___ PROVIDED DATA ___
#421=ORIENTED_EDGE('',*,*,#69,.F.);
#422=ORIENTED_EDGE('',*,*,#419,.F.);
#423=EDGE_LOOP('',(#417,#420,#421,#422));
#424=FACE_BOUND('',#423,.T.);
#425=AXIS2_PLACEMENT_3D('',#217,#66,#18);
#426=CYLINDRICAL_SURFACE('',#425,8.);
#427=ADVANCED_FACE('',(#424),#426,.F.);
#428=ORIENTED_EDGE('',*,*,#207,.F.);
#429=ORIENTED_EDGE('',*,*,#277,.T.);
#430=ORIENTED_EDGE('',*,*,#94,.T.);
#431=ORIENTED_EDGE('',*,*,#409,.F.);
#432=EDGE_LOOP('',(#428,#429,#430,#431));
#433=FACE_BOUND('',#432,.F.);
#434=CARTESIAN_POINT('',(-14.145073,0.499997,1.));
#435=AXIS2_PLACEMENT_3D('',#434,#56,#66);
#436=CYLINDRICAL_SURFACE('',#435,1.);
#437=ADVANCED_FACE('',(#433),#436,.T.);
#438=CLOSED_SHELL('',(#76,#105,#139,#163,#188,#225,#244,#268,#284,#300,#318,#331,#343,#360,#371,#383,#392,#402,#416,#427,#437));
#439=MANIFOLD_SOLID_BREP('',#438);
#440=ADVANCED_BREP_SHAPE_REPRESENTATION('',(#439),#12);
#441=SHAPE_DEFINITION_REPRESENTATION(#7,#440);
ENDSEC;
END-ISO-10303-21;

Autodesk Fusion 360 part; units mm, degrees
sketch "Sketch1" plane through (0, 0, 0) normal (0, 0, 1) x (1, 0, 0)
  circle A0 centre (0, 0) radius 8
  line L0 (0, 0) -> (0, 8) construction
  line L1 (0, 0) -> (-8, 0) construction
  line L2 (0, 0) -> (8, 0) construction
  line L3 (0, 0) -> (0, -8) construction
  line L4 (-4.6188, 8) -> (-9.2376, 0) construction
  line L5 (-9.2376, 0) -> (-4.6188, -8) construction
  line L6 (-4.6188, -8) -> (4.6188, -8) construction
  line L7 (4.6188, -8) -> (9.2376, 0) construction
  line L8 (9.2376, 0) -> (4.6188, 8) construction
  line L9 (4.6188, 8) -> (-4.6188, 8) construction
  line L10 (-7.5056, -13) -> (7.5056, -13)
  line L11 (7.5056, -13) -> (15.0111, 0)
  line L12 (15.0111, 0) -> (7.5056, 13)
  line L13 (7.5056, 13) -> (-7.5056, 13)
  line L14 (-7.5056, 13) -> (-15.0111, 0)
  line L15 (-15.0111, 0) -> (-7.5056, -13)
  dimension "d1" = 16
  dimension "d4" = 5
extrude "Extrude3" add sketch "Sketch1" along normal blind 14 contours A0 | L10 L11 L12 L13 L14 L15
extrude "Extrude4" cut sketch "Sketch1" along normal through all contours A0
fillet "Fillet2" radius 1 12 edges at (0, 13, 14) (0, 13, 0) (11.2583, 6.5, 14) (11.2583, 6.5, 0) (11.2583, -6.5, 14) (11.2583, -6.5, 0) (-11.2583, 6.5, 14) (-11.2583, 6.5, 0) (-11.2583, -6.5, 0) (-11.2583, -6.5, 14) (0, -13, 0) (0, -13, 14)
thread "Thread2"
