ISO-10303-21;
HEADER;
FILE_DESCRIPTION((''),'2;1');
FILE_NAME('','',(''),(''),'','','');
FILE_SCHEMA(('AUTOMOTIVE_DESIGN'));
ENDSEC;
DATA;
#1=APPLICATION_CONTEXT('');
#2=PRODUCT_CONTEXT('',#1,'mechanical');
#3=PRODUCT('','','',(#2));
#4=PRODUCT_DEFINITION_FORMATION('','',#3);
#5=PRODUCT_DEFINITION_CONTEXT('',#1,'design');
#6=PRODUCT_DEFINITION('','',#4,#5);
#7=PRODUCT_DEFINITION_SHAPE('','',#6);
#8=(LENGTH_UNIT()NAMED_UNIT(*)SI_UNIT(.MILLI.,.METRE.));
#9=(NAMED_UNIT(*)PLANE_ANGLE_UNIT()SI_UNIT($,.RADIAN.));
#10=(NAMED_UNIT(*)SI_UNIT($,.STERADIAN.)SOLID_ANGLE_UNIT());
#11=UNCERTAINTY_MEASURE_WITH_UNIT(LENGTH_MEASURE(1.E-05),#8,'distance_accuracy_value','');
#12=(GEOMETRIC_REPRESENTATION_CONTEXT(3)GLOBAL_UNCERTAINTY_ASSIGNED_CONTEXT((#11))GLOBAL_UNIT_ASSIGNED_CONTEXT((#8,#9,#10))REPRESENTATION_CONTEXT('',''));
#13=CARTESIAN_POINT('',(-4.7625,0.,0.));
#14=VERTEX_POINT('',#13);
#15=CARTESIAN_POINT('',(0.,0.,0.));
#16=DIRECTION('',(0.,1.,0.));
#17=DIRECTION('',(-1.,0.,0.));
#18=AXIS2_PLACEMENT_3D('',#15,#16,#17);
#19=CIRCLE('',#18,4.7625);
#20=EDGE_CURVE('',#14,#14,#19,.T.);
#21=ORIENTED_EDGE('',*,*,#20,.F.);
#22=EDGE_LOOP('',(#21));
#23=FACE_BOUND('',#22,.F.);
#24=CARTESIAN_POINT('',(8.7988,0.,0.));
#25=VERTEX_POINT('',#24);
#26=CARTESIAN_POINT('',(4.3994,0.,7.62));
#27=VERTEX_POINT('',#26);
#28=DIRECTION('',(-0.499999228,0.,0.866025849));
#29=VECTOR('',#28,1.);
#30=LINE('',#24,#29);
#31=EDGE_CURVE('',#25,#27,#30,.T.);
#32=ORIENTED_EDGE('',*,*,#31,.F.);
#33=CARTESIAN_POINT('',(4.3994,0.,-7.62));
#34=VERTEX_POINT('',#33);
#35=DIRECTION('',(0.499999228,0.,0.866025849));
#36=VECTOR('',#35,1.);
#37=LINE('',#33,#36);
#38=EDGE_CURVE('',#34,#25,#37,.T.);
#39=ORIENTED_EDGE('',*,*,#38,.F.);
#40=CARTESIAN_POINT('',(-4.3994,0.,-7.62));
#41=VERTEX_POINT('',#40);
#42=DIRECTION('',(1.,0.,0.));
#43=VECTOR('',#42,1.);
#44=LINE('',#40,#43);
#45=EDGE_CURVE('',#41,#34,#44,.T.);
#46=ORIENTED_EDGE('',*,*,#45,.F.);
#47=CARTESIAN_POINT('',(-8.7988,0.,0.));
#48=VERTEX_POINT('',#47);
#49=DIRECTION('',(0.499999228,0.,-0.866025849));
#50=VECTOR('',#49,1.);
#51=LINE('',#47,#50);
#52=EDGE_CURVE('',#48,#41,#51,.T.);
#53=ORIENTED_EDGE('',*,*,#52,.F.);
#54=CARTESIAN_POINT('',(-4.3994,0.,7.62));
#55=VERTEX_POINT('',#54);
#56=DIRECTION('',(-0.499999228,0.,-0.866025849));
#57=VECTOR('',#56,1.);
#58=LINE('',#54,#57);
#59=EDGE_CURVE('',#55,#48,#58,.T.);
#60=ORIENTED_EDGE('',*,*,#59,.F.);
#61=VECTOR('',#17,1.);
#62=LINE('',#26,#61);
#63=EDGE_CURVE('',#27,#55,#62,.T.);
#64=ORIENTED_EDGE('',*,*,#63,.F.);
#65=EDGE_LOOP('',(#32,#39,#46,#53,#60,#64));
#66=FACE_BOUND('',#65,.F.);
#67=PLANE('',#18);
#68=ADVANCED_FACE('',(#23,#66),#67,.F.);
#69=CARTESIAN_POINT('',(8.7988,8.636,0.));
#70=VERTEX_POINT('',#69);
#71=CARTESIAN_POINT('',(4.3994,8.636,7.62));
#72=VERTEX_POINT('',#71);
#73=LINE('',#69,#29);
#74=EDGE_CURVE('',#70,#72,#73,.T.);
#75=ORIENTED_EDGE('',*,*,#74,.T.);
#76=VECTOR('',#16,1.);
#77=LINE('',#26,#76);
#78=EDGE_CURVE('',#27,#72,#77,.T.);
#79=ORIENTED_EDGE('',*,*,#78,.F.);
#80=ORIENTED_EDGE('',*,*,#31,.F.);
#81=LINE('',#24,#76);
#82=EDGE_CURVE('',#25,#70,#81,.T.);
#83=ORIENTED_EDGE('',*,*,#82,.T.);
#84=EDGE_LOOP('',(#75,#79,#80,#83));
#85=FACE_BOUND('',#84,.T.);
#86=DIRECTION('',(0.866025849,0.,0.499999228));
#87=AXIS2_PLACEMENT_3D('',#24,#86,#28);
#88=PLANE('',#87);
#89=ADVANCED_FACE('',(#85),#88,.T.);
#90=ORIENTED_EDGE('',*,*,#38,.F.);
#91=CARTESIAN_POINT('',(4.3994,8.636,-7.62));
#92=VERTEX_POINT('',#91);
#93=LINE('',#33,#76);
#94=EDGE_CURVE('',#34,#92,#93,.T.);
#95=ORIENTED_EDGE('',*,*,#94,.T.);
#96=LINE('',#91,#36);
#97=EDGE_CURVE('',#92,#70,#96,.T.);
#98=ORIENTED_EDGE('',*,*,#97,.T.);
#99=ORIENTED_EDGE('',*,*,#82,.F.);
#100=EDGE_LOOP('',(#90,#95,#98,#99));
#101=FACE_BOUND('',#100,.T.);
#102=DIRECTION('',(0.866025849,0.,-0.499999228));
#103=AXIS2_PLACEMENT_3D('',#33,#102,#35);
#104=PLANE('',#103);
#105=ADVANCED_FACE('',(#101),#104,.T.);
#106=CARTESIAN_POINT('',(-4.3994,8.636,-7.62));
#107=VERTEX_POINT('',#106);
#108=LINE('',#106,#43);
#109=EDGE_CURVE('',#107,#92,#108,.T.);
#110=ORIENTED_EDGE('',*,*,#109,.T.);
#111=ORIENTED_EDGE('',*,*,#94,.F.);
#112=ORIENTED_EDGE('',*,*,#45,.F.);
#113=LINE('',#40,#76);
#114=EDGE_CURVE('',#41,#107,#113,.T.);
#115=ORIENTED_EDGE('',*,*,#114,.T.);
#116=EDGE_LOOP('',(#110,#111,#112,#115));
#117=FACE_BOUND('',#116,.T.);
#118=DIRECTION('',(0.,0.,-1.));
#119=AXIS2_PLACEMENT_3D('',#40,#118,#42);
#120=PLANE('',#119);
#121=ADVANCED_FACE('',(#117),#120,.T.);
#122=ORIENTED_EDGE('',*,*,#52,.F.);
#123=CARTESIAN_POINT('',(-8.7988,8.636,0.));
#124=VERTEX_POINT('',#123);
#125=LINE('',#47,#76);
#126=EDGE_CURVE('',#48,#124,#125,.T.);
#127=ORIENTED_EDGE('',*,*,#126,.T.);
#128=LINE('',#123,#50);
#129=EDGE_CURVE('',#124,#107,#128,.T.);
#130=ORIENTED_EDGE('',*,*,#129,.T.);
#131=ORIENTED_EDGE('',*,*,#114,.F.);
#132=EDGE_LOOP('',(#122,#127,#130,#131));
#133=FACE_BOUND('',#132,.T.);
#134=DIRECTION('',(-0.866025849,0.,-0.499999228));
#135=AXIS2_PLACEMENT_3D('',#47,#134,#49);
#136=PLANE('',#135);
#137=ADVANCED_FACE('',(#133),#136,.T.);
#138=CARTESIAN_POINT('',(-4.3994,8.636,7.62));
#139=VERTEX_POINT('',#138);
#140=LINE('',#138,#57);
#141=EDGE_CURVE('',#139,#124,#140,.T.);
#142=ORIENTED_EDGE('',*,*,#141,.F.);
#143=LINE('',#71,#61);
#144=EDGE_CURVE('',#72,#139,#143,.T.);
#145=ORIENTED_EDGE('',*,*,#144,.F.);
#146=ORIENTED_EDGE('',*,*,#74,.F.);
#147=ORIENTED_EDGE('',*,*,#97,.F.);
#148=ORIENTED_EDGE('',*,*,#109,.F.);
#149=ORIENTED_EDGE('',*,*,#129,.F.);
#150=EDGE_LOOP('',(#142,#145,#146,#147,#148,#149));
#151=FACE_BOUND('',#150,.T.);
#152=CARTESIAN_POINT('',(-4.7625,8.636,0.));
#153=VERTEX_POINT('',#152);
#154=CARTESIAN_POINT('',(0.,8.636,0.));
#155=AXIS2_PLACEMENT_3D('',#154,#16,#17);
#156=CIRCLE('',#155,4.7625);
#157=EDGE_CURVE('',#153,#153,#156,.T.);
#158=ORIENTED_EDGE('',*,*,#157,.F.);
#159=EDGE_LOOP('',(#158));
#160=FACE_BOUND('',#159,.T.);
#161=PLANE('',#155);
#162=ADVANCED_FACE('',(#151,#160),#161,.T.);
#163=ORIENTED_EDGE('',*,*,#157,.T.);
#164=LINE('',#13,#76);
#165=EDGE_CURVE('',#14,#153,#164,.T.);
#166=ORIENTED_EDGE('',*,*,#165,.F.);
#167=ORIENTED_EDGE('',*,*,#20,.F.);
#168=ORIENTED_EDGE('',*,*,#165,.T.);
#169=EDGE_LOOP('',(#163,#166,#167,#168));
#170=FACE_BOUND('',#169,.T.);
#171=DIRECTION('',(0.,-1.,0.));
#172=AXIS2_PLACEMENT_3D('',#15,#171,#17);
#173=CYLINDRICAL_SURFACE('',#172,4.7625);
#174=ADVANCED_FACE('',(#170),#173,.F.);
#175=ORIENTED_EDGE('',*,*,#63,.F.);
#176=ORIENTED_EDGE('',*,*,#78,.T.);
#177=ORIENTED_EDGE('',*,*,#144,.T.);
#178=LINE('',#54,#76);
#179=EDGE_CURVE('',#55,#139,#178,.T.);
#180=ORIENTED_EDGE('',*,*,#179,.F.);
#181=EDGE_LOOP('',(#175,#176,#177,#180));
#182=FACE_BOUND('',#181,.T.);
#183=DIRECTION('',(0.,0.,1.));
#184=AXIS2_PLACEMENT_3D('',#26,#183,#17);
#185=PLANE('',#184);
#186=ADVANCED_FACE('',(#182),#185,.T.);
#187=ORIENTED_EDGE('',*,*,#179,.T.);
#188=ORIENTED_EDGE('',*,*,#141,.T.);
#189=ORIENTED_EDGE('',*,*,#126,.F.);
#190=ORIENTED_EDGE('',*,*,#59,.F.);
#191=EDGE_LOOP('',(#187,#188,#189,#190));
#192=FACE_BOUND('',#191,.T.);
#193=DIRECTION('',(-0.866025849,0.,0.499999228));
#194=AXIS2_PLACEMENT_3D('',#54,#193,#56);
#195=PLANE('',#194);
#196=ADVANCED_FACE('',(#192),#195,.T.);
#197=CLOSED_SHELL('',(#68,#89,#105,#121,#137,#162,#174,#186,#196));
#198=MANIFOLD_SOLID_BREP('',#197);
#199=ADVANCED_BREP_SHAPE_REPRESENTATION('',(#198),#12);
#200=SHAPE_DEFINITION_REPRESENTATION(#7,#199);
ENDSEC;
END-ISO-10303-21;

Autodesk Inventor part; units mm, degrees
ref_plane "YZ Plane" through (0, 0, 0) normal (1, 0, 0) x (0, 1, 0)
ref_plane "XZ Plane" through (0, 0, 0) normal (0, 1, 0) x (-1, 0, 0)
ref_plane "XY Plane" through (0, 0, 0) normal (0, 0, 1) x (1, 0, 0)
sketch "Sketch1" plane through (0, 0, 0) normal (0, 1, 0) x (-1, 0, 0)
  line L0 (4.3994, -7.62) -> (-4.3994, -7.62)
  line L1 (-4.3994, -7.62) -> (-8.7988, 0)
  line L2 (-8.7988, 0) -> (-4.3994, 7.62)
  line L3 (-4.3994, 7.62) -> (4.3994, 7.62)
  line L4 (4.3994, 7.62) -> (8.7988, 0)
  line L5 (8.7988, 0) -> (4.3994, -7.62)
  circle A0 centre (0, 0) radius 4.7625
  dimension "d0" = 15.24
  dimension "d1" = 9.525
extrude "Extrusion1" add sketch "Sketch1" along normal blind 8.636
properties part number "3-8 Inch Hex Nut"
___
EXERCISE DESCRIPTION ▸
Check each line of the data above for the string "construction", and copy the ones that have it.

TASK ANSWER ▸
  line L0 (0, 0) -> (0, 8) construction
  line L1 (0, 0) -> (-8, 0) construction
  line L2 (0, 0) -> (8, 0) construction
  line L3 (0, 0) -> (0, -8) construction
  line L4 (-4.6188, 8) -> (-9.2376, 0) construction
  line L5 (-9.2376, 0) -> (-4.6188, -8) construction
  line L6 (-4.6188, -8) -> (4.6188, -8) construction
  line L7 (4.6188, -8) -> (9.2376, 0) construction
  line L8 (9.2376, 0) -> (4.6188, 8) construction
  line L9 (4.6188, 8) -> (-4.6188, 8) construction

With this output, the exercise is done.